NRG Therapeutics selects first development candidate, NRG5051
Stevenage, UK, 31 October 2024 - NRG Therapeutics, Ltd., an innovative neuroscience company targeting mitochondrial dysfunction, is pleased to announce that it has achieved a key milestone with the nomination of its first development candidate, NRG5051 and has been awarded a $5M grant from The Michael J. Fox Foundation for Parkinson’s Research (MJFF) to support the development of NRG5051 as a novel disease-modifying treatment for Parkinson’s disease. NRG5051 also has potential in other neurological diseases such as ALS (also known as MND).
NRG5051 is a first-in-class inhibitor of the mitochondrial permeability transition pore (mPTP) and is designed to penetrate the brain when taken orally. It has been shown in vitro to protect mitochondrial function via inhibition of a novel protein that is essential for pore opening and thus prevent neuronal cell death. In pre-clinical models of Parkinson’s and ALS, NRG5051 is neuroprotective and significantly reduces the neuroinflammation observed in these diseases.
NRG’s grant from MJFF’s Therapeutics Pipeline Program will fund the completion of key IND-enabling studies with the aim of advancing NRG5051 into first-in-human clinical studies in 2025.
This new grant will support the manufacture of drug substance for both 28-day GLP-toxicology studies and Phase 1 first-in-human human clinical trials. It will also enable the development of a safe low-dose PET tracer that can be used to demonstrate CNS target engagement of NRG5051 in Phase 1 clinical trials. In addition, it will support the identification and validation of new biomarker(s) that will be used in the clinic to determine if NRG5051 is inhibiting the mPTP in the brain and producing the desired biological effects.
Mitochondria, the batteries of cells, are crucial for energy production, especially in brain cells. Substantia nigra neurons (Parkinson’s) and motor neurons (ALS) have very high energy demands and consequently are particulary sensitive to mitochondrial health. Furthermore, it is now known that the pathological proteins in Parkinson’s (a-synuclein) and ALS (TDP-43) are toxic to mitochondria and contribute to the mitochondrial dysfunction which is a common underlying pathology in neurodegenerative diseases. Inhibition of mPTP opening has been shown to protect mitochondria from this gain-of-function protein toxicity and to preserve neurons in pre-clinical models.

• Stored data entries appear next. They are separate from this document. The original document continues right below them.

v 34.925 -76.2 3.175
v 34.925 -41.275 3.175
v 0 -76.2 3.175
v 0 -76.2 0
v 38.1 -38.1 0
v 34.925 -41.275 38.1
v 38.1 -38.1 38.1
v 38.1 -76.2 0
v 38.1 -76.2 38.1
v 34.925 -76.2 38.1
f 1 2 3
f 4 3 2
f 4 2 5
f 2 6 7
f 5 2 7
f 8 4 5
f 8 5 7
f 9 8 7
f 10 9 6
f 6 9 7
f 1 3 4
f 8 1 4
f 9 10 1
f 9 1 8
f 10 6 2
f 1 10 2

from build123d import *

# Parameters (mm, degrees)
F1_DEPTH = 76.2
F3_DEPTH = 38.101


# Not quite as in the source:
# - a feature names something its author has since deleted; it is built from what else it names


with BuildPart() as f1:
    # F0 (on Front) → F1 (new body)
    with BuildSketch(Plane.XZ):
        Polygon((0, 3.175), (0, 0), (38.1, 0), (38.1, 38.1), (34.925, 38.1), (34.925, 3.175), align=None)
    extrude(amount=F1_DEPTH)

    # F2 (on face) → F3 (cut, through all)
    with BuildSketch(Plane.XY.offset(38.1)):
        Polygon((34.925, -41.275), (34.925, 0), (0, 0), (0, -76.2), align=None)
        Polygon((38.1, 0), (34.925, 0), (34.925, -41.275), (38.1, -38.1), align=None)
    extrude(amount=-F3_DEPTH, mode=Mode.SUBTRACT)


solid = f1.part
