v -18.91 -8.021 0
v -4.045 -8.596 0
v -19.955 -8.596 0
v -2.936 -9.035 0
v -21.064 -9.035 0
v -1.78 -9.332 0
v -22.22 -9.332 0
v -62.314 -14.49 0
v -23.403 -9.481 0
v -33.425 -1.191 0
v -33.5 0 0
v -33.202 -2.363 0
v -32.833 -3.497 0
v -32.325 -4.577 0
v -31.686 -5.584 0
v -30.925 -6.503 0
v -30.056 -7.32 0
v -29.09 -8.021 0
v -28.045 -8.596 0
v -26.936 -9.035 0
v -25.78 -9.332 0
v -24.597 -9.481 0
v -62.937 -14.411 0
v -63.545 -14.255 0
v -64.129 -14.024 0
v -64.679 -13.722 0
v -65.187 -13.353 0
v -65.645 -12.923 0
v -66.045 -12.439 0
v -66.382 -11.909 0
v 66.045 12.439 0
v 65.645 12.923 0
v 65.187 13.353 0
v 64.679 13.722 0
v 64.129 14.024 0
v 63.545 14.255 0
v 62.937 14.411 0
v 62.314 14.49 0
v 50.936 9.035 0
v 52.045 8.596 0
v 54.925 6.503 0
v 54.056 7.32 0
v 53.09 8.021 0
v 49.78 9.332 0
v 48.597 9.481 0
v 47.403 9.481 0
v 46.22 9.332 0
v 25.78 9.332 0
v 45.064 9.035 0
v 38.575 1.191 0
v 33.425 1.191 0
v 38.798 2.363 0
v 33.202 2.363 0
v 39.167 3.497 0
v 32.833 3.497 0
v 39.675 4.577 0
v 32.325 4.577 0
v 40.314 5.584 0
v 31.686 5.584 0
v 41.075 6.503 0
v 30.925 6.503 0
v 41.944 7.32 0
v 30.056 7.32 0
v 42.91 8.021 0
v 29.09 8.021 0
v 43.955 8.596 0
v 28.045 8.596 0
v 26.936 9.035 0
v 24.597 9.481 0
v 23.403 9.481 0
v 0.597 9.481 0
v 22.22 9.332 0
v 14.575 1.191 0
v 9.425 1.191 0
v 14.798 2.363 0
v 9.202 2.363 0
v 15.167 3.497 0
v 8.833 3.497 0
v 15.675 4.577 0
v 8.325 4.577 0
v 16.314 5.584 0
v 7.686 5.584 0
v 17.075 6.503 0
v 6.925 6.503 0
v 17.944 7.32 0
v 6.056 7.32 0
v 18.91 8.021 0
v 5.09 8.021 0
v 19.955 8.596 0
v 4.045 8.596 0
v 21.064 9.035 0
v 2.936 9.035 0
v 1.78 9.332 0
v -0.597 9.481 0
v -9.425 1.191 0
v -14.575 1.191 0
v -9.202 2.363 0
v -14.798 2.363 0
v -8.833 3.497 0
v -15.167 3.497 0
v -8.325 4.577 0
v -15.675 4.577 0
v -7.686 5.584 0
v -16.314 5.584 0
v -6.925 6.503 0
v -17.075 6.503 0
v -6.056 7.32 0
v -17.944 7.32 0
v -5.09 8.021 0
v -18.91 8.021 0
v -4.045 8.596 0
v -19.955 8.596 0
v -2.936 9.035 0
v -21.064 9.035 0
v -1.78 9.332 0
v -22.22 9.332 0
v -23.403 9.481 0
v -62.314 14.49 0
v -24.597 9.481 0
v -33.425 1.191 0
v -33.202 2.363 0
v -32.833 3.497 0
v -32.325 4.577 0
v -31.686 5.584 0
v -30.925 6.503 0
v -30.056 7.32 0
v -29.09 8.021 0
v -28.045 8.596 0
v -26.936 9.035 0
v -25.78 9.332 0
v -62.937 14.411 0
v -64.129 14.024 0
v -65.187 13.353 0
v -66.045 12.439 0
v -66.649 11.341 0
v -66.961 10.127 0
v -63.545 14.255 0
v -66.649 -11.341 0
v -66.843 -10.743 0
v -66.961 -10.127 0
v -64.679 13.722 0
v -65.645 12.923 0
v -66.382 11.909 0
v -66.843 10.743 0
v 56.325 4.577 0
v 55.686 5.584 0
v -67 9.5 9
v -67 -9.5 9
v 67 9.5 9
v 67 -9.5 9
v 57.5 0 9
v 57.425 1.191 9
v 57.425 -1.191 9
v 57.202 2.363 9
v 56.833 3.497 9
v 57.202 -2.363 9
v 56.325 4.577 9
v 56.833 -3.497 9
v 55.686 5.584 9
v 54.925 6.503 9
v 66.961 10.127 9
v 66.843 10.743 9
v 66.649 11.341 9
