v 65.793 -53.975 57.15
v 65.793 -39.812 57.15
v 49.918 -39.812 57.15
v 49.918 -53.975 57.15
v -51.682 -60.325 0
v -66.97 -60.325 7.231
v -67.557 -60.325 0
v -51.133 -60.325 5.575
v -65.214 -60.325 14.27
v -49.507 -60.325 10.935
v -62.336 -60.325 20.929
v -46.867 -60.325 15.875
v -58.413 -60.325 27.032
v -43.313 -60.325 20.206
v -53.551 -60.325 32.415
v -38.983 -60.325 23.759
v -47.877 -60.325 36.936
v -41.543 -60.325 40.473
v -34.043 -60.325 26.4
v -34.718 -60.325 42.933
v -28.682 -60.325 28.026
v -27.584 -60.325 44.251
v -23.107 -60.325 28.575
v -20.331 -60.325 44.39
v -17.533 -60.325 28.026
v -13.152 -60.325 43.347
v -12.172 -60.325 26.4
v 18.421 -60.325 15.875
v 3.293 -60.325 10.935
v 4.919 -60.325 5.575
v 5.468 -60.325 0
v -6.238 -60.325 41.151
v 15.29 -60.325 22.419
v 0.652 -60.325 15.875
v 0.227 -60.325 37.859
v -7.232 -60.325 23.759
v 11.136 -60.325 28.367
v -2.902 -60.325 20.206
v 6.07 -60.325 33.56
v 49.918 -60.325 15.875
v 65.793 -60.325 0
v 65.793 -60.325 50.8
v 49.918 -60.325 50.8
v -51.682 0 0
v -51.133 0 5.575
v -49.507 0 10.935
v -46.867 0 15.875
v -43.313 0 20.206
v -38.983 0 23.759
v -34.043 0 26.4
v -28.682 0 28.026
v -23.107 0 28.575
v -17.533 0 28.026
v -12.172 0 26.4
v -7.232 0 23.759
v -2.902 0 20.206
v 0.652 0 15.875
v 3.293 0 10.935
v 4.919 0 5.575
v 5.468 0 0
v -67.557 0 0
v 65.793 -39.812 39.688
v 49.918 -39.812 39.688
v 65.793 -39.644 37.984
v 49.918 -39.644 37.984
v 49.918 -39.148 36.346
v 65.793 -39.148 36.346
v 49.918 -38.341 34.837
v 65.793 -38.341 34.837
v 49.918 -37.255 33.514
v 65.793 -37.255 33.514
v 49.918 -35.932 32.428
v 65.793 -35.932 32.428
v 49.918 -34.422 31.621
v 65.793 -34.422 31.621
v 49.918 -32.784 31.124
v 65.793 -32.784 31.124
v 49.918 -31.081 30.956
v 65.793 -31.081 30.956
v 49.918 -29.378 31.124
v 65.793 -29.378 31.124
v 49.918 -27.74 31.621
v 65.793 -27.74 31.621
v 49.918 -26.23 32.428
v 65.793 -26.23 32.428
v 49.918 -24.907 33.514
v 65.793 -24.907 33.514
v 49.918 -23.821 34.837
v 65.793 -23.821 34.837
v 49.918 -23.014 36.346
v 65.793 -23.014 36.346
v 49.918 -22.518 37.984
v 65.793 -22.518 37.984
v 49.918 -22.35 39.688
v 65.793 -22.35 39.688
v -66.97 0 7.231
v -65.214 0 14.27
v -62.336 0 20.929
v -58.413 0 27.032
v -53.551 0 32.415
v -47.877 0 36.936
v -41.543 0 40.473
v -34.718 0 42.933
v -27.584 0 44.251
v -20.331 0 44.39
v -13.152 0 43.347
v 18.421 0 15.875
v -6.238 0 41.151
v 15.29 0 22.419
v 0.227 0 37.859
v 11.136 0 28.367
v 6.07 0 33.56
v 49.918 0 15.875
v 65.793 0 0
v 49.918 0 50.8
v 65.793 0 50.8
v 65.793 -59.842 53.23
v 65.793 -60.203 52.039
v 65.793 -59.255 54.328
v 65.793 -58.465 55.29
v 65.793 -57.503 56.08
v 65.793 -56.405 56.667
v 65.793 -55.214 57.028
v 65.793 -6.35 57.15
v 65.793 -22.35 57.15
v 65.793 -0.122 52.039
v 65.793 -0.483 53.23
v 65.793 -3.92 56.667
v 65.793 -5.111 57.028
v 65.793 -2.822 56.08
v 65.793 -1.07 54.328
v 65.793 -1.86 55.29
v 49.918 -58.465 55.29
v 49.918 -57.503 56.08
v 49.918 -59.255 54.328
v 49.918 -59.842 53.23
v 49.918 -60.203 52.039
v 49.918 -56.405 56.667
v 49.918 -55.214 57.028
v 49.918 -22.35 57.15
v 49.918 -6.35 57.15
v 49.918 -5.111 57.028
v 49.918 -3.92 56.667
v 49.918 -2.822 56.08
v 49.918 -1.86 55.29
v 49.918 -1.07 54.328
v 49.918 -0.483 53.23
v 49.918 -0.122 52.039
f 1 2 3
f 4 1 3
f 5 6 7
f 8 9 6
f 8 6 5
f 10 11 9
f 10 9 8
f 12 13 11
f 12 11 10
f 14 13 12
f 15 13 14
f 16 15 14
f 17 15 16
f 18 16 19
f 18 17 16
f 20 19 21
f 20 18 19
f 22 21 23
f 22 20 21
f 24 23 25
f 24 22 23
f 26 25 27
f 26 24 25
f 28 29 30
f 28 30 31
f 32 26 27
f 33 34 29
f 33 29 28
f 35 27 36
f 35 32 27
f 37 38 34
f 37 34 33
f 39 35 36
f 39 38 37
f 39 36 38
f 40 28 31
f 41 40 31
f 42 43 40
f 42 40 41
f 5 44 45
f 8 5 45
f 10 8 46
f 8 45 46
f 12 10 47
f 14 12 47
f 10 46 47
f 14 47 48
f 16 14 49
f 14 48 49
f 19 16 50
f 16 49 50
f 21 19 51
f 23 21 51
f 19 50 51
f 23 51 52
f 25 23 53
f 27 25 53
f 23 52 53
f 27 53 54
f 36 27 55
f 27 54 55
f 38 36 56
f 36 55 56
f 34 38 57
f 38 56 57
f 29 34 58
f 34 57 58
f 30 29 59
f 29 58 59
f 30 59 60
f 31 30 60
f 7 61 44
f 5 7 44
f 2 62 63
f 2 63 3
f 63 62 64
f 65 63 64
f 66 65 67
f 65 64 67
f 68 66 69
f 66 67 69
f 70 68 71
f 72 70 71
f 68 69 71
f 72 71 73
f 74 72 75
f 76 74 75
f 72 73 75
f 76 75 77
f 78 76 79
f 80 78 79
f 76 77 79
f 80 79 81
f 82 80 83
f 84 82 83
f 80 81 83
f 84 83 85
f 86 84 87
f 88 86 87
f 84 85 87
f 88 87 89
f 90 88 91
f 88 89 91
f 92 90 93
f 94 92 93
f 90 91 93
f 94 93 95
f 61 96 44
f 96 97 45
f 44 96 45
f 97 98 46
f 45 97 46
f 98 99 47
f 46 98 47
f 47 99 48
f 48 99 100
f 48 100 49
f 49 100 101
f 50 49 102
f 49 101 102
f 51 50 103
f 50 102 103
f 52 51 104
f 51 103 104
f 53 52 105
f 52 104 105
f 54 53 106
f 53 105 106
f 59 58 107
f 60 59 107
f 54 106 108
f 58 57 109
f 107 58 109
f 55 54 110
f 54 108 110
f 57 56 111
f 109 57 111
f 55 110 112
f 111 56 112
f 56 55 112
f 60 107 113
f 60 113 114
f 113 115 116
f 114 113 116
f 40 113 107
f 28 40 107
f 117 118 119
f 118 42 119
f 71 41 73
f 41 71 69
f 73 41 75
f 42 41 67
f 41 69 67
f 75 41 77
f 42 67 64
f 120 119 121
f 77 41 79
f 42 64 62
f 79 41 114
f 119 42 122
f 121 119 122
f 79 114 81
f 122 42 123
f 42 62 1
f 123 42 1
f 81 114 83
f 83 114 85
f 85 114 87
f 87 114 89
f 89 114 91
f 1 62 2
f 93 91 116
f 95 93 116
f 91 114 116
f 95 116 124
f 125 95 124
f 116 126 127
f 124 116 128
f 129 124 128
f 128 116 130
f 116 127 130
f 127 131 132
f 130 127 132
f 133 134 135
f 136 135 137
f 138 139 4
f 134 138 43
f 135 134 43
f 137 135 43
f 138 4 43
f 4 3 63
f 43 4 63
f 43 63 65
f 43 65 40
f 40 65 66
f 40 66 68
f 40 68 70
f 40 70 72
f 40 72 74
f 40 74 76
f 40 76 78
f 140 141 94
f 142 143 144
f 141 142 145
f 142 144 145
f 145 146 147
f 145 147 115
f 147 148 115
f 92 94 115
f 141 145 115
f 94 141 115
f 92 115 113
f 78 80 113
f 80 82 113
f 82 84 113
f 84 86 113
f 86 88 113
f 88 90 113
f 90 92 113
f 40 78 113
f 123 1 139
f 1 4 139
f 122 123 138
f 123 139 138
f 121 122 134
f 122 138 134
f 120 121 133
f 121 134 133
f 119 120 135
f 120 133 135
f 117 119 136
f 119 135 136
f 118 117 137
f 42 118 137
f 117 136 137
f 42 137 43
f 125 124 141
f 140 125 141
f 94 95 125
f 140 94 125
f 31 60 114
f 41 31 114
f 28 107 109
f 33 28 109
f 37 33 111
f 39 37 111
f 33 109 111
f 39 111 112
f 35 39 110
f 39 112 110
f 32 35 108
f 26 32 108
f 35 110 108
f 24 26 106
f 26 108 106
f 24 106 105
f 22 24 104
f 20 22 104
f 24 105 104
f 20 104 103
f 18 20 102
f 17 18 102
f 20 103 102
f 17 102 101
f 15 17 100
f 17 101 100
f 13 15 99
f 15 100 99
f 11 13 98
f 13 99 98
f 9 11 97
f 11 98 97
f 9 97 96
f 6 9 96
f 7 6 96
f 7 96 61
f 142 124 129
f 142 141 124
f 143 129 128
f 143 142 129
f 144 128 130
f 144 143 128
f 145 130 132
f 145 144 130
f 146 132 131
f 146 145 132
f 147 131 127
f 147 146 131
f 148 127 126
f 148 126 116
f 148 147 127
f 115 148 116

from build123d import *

# Parameters (mm, degrees)
F1_DEPTH = 60.325
F2_R     = 6.35
F3_R     = 6.35
F4_W     = 17.4625
F4_H     = 17.4625
F5_DEPTH = 25.4


with BuildPart() as f1:
    # F0 (on Front) → F1 (new body)
    with BuildSketch(Plane.XZ):
        with BuildLine():
            ThreePointArc((18.421305, 15.875), (-31.178134, 43.737725), (-67.557349, 0))
            Line((-67.557349, 0), (-51.682349, 0))
            ThreePointArc((-51.682349, 0), (-23.107349, 28.575), (5.467651, 0))
            Line((5.467651, 0), (65.792651, 0))
            Line((65.792651, 0), (65.792651, 57.15))
            Line((65.792651, 57.15), (49.917651, 57.15))
            Line((49.917651, 57.15), (49.917651, 15.875))
            Line((49.917651, 15.875), (18.421305, 15.875))
        make_face()
    extrude(amount=F1_DEPTH)

    # F2
    f2_edges = [f1.edges().sort_by_distance(p)[0] for p in [
        (57.855151, -60.325, 57.15),
    ]]
    fillet(f2_edges, radius=F2_R)

    # F3
    f3_edges = [f1.edges().sort_by_distance(p)[0] for p in [
        (57.855151, 0, 57.15),
    ]]
    fillet(f3_edges, radius=F3_R)

    # F4 (on face) → F5 (cut)
    with BuildSketch(Plane.YZ.offset(65.792651)):
        with Locations((-31.080982, 48.41875)):
            Rectangle(F4_W, F4_H)
        with BuildLine():
            Line((-22.349732, 39.6875), (-39.812232, 39.6875))
            ThreePointArc((-39.812232, 39.6875), (-31.080982, 30.95625), (-22.349732, 39.6875))
        make_face()
    extrude(amount=-F5_DEPTH, mode=Mode.SUBTRACT)


solid = f1.part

NRG Therapeutics’ co-founder and CEO Dr Neil Miller said:
The selection of our first development candidate is a major milestone for the company. NRG5051 has been shown in vivo in pre-clinical models of Parkinson’s and ALS to prevent the death of brain cells and to reduce neuroinflammation, and we are excited by its potential to halt or significantly slow the progression of disease in individuals with Parkinson’s and ALS. We are grateful for MJFF grant support to help advance NRG5051 into the clinic as quickly as possible.
Alexandra Vaiana, PhD, MJFF’s senior scientific portfolio manager said, “MJFF continues to fund critical pre-clinical research and development. We look forward to seeing the results of NRG’s first-in-class mPTP inhibitor as a novel disease-modifying treatment for Parkinson’s.”
NRG Therapeutics has embarked on a series B financing to fund progression of NRG5051 into the clinic and through a Proof-of-Mechanism study in patients.